When they had been there about an hour, Mr Liversedge came in. He does not visit Sophy often; I fancy he is too busy; but Tuesday evening is usually his leisure time, so far as he can be said to have one, and he generally spends it here when he can. He and Ambrose presently fell into discourse upon the parish, and somehow they got to talking of what a clergyman’s duties were. Ambrose thought if he baptised and married and buried people, and administered the sacrament four times a year, and preached every month or so, and went to see sick people when they sent for him, he had done all that could be required, and might quite reasonably spend the rest of his time in hunting either foxes or Latin and Greek, according as his liking led him.
“You think Christ spent His life so?” asked Mr Liversedge, in that very quiet tone in which he says his sharpest things, and which reminds me so often of Colonel Keith.
Ambrose looked as if he did not know what to say; and before he had found out, Mr Liversedge went on,—
“Because, you see, He left me an example, that I should follow His steps.”
“Mr Liversedge, I thought you were orthodox.”
“I certainly should have thought so, as long as I quoted Scripture,” said the Vicar.
“But, you know, nobody does such a thing,” said Ambrose.

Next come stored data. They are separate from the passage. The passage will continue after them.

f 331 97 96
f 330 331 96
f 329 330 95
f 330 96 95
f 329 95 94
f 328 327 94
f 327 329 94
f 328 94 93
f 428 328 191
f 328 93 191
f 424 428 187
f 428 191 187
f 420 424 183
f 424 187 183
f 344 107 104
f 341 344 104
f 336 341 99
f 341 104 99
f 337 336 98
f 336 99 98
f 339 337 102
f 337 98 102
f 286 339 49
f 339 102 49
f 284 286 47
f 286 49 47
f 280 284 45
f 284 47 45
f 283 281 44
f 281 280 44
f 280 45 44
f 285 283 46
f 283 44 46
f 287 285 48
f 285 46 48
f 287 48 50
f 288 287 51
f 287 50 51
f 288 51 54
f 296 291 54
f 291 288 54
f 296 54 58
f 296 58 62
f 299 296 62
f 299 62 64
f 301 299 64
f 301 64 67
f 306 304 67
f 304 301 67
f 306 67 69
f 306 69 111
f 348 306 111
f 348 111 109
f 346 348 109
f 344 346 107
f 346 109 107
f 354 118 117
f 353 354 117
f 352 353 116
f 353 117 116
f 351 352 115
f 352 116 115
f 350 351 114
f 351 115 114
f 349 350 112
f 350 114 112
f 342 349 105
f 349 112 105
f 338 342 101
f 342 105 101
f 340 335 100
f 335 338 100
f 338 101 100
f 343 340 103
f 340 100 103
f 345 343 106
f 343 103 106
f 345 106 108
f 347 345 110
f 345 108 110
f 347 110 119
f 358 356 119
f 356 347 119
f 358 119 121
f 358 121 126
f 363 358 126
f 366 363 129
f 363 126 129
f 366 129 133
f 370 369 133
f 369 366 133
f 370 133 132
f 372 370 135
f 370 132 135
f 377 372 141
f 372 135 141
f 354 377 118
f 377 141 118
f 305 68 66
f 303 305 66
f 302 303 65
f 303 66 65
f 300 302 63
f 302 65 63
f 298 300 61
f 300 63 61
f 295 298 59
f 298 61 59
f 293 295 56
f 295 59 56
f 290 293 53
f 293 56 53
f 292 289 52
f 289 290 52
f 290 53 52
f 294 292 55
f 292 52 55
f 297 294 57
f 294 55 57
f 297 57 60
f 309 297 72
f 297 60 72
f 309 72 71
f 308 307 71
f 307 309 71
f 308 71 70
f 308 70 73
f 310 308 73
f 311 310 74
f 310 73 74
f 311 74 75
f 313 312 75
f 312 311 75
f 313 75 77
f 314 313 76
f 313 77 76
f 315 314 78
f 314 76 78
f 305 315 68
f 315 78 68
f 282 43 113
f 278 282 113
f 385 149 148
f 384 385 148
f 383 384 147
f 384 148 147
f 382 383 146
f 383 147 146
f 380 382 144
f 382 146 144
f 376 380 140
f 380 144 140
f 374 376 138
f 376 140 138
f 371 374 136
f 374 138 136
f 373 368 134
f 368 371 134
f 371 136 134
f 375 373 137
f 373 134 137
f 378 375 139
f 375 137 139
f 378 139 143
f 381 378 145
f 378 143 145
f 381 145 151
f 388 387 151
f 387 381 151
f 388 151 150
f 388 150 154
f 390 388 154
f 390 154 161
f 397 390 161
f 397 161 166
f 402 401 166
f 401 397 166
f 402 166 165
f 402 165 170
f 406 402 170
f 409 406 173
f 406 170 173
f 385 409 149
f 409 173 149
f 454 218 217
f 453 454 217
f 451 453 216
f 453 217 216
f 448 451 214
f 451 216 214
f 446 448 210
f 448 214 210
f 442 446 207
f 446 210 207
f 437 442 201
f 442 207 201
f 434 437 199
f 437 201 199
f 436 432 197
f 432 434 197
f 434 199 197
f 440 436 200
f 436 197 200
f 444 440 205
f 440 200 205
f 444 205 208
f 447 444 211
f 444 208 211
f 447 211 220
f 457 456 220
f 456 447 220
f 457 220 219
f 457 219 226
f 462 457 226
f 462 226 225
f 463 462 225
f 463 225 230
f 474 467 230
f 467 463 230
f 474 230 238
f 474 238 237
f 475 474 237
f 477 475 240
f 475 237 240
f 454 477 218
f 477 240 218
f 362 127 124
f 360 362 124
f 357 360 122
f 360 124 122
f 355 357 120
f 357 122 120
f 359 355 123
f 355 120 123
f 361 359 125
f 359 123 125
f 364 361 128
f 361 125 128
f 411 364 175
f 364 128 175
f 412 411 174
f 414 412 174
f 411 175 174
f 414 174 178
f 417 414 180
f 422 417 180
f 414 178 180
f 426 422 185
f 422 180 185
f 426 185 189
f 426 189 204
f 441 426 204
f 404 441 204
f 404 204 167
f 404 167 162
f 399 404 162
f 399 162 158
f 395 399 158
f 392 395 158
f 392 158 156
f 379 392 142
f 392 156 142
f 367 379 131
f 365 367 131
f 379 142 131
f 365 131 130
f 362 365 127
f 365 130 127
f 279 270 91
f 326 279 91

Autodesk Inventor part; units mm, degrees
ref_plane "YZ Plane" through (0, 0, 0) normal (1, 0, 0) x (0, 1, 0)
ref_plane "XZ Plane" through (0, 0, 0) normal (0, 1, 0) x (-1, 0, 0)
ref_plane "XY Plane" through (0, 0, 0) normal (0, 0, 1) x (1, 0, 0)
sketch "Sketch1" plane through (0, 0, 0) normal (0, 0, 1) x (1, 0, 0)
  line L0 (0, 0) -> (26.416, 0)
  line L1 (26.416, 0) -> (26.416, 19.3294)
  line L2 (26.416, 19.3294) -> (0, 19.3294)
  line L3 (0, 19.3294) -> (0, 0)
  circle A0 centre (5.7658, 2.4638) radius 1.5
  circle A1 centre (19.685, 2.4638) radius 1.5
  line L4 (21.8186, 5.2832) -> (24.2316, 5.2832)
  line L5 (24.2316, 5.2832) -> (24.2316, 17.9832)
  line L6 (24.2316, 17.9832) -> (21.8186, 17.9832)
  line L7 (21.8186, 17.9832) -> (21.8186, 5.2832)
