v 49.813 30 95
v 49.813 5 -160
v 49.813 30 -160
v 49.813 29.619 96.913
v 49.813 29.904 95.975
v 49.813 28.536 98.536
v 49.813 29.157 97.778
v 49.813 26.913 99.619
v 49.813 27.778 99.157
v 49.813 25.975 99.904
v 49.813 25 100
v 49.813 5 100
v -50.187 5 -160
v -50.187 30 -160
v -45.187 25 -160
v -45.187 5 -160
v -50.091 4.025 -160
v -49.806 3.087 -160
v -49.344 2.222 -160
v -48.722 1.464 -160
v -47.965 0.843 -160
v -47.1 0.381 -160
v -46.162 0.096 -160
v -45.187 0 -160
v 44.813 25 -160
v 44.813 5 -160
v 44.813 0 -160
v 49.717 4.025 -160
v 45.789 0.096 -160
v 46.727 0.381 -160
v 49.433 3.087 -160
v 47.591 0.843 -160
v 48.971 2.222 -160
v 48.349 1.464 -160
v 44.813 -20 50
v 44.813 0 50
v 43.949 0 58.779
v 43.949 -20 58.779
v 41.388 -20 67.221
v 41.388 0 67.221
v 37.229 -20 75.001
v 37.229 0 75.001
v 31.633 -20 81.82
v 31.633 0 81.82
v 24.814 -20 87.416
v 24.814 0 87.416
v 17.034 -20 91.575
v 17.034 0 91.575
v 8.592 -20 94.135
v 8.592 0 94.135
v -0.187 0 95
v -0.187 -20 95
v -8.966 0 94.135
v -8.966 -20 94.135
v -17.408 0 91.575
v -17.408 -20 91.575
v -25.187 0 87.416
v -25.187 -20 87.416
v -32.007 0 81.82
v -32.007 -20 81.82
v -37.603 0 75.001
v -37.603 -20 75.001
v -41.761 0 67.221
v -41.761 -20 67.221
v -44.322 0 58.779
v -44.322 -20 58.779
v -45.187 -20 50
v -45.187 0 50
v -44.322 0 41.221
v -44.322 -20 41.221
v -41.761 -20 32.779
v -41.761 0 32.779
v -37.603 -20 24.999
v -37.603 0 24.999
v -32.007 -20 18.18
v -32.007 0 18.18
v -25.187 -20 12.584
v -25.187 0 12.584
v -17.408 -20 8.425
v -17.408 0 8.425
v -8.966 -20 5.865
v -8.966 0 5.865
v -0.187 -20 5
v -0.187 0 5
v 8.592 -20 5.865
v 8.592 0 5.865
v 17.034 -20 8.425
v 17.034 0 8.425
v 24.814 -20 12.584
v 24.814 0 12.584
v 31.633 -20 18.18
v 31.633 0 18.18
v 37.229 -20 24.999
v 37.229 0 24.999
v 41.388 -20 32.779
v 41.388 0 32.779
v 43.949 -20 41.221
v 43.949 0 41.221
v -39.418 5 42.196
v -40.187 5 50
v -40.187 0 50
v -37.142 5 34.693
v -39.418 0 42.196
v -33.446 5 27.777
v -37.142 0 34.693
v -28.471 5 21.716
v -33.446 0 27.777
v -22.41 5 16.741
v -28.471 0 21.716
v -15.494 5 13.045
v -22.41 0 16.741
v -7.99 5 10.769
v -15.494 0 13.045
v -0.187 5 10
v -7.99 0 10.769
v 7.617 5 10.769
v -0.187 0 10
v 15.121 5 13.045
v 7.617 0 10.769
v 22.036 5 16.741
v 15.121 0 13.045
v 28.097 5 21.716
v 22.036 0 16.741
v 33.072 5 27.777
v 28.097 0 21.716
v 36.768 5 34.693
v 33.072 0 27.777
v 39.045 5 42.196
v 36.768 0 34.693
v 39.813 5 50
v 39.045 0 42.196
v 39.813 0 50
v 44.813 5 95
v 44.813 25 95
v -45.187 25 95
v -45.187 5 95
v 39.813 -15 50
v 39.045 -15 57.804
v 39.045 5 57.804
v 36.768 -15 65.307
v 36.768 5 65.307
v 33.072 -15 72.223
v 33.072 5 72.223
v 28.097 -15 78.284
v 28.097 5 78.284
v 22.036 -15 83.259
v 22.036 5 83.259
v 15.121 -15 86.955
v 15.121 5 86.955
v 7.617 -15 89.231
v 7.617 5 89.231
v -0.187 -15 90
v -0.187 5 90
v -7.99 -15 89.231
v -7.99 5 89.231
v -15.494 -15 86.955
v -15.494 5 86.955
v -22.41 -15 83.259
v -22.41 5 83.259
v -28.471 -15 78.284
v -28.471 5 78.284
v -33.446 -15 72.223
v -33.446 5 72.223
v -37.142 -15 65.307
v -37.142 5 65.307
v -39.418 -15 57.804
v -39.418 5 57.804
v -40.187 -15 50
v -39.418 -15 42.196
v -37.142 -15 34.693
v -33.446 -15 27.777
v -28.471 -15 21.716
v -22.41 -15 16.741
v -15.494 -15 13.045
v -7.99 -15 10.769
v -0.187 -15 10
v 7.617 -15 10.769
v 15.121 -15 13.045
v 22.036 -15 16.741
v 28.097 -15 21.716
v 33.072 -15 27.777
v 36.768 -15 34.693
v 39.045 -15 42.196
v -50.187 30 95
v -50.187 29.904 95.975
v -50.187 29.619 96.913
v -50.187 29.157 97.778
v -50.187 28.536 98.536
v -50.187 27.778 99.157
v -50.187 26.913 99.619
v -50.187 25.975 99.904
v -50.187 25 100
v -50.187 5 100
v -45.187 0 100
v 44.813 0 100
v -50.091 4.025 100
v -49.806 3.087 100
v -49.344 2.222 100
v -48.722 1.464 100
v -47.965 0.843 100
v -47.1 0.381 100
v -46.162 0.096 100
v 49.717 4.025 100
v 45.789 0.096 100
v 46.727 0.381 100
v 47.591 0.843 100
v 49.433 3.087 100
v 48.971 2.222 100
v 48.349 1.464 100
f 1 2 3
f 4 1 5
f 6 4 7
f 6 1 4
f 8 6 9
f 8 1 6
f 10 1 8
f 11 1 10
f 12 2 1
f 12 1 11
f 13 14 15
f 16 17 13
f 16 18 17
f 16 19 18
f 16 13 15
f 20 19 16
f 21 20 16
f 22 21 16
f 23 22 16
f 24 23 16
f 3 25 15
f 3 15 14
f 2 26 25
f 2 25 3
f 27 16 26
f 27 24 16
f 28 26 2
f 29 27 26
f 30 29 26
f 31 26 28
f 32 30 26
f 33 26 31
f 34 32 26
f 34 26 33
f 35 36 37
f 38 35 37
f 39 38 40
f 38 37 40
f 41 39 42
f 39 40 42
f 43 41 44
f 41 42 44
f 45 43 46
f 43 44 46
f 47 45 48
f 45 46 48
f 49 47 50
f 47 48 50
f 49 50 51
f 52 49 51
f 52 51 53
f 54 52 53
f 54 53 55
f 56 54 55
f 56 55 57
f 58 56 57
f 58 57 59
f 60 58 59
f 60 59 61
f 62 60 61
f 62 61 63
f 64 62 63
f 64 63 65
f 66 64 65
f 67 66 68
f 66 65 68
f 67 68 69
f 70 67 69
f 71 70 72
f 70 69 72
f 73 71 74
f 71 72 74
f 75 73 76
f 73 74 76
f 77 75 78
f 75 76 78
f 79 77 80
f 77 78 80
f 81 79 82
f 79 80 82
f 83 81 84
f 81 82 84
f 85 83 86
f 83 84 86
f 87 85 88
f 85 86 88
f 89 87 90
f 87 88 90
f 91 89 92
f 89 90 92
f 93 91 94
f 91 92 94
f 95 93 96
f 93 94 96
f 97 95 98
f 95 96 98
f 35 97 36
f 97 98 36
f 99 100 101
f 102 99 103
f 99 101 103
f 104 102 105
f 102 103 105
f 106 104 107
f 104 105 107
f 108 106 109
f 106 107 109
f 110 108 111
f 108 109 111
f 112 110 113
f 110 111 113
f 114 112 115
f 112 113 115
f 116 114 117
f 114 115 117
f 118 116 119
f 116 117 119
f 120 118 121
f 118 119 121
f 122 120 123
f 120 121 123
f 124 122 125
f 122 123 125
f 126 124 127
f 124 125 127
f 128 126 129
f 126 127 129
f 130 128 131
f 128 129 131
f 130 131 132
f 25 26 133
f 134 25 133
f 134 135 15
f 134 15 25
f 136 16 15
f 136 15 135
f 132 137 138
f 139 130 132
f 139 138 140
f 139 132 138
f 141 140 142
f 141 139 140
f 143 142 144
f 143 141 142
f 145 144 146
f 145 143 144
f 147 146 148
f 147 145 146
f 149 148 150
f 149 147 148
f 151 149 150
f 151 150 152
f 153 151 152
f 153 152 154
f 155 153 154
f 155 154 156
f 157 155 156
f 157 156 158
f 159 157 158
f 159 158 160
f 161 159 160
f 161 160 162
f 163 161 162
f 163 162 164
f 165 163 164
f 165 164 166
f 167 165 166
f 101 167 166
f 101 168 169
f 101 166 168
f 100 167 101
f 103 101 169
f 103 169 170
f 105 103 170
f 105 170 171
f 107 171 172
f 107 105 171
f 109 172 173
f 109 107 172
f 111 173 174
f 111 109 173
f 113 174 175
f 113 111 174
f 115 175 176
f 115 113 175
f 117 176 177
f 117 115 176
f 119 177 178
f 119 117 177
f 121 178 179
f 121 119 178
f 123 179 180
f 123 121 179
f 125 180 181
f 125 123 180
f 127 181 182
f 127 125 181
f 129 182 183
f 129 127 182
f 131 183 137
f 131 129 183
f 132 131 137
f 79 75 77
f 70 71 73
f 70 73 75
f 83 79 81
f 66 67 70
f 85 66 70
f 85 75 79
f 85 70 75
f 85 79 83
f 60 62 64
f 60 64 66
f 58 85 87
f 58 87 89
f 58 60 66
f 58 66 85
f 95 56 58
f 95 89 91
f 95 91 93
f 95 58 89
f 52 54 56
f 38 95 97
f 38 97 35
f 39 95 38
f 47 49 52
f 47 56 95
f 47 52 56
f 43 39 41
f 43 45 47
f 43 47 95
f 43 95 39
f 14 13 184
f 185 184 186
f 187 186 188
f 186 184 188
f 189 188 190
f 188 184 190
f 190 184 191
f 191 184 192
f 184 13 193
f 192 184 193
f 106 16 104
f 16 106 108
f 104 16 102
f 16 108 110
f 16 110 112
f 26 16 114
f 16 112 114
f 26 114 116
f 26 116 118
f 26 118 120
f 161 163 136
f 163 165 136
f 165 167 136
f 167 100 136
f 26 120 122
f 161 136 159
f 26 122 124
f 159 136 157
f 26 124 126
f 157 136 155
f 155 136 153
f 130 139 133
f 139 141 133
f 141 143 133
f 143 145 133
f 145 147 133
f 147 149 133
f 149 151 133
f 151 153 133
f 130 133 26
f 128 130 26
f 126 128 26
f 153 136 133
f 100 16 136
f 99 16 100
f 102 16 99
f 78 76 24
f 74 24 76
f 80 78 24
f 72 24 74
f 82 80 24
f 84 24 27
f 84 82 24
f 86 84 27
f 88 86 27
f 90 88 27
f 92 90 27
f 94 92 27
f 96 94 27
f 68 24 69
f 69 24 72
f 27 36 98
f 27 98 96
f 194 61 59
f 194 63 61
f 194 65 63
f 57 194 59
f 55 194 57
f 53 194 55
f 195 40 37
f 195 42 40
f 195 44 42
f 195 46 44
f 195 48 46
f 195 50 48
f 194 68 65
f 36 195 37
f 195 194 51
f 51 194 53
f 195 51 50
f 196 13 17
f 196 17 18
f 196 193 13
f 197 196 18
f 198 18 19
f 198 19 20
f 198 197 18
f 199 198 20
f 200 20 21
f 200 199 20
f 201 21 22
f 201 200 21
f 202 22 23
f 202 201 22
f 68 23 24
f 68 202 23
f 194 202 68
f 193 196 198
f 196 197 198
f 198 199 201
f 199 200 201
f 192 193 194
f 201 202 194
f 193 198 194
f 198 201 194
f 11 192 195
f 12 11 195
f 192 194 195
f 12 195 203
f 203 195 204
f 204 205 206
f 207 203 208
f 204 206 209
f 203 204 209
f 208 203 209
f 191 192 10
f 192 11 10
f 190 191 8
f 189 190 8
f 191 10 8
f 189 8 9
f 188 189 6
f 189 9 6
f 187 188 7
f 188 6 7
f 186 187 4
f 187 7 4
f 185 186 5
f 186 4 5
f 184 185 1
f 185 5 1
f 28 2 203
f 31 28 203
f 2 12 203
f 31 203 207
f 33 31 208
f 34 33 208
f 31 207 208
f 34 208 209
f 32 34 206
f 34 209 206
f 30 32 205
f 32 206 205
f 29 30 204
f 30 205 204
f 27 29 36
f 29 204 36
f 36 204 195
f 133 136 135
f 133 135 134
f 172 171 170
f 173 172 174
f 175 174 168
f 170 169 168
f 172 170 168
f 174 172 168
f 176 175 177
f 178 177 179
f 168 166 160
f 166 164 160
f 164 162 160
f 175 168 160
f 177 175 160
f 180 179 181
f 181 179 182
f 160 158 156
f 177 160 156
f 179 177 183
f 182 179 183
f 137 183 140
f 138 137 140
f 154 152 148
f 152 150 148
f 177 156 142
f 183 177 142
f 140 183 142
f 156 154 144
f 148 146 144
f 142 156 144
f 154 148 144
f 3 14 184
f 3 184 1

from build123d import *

# Parameters (mm, degrees)
F0_W        = 100
F0_H        = 260
F1_DEPTH    = 30
F3_R        = 5
F2_R        = 45
F4_DEPTH    = 20
F5_T        = 5
F5_T4_ANGLE = 180.000000001
F5_T6_ANGLE = 180.000000001


# Not quite as in the source:
# - a shell that OpenCascade refuses in one call is made with other operations: the cavity is built on its own and cut out


with BuildPart() as f1:
    # F0 (on Front) → F1 (new body)
    with BuildSketch(Plane.XZ):
        with Locations((-0.186801888, -30)):
            Rectangle(F0_W, F0_H)
    extrude(amount=-F1_DEPTH)

    # F3
    f3_edges = [f1.edges().sort_by_distance(p)[0] for p in [
        (49.813198, 0, -30),
        (-50.186802, 0, -30),
        (-0.186802, 30, 100),
    ]]
    fillet(f3_edges, radius=F3_R)

    # F2 (on Front) → F4 (join)
    with BuildSketch(Plane.XZ):
        with Locations((-0.186801888, 50)):
            Circle(F2_R)
    extrude(amount=F4_DEPTH)

    # F5: shell of thickness 5, made by hand


with BuildPart() as f5_core1:
    # F5_t2: copy of F1
    add(f1.part)

    # the walls: a layer under each face that stays
    f5_faces = [f5_core1.faces().sort_by_distance(p)[0] for p in [
        (-0.186801888, 12.5, 100),
        (49.813198112, 17.5, -30),
        (-30.186801888, 0, 91.6666666667),
        (-50.186801888, 17.5, -30),
        (-0.186801888, 30, -32.5),
        (-0.186801888, 0, -55),
        (-45.186801888, -10, 50),
        (-0.186801888, -20, 50),
    ]]
    thicken(f5_faces, amount=-F5_T, mode=Mode.SUBTRACT)

    # F5_s3 → F5_t4 (revolve, cut)
    with BuildSketch(Plane.XY.offset(50)):
        Polygon((44.863198112, -0.05), (44.813198112, 5), (39.813198112, 5), (39.813198112, 0), align=None)
    revolve(axis=Axis((-0.186801888, 0, 50), (0, -1, 0)), revolution_arc=F5_T4_ANGLE, mode=Mode.SUBTRACT)

    # F5_s5 → F5_t6 (revolve, cut)
    with BuildSketch(Plane.XY.offset(50)):
        Polygon((-45.236801888, -0.05), (-45.186801888, 5), (-40.186801888, 5), (-40.186801888, 0), align=None)
    revolve(axis=Axis((-0.186801888, 0, 50), (0, -1, 0)), revolution_arc=F5_T6_ANGLE, mode=Mode.SUBTRACT)


with BuildPart() as f1_1:
    add(f1.part)

    # what is left inside the walls is the cavity
    f5_cavity = [f5_core1.part.solids().sort_by_distance(p)[0] for p in [
        (-0.186802, 24.95, -75),
    ]]
    add(f5_cavity, mode=Mode.SUBTRACT)


solid = f1_1.part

“Then is it not high time somebody should?”
“Mr Liversedge, you will never get promotion, if that be the way you are going on.”
“In which world?”
“‘Which world’! There is only one.”
“I thought there were two.”
Ambrose fidgetted uneasily on his chair.
“I tell you what, my good Sir, you are on the way to preach your church empty. The pews have no souls to be saved, I believe,”—and Ambrose chuckled over his little joke.
“What of the souls of the absent congregation?” asked Mr Liversedge.
“Oh, they’ll have to get saved elsewhere,” answered Ambrose.
“Then, if they do get saved, what reason shall I have to regret their absence? But suppose they do not, Mr Catterall,—is that my loss or theirs?”
“Why couldn’t you keep them?” said Ambrose.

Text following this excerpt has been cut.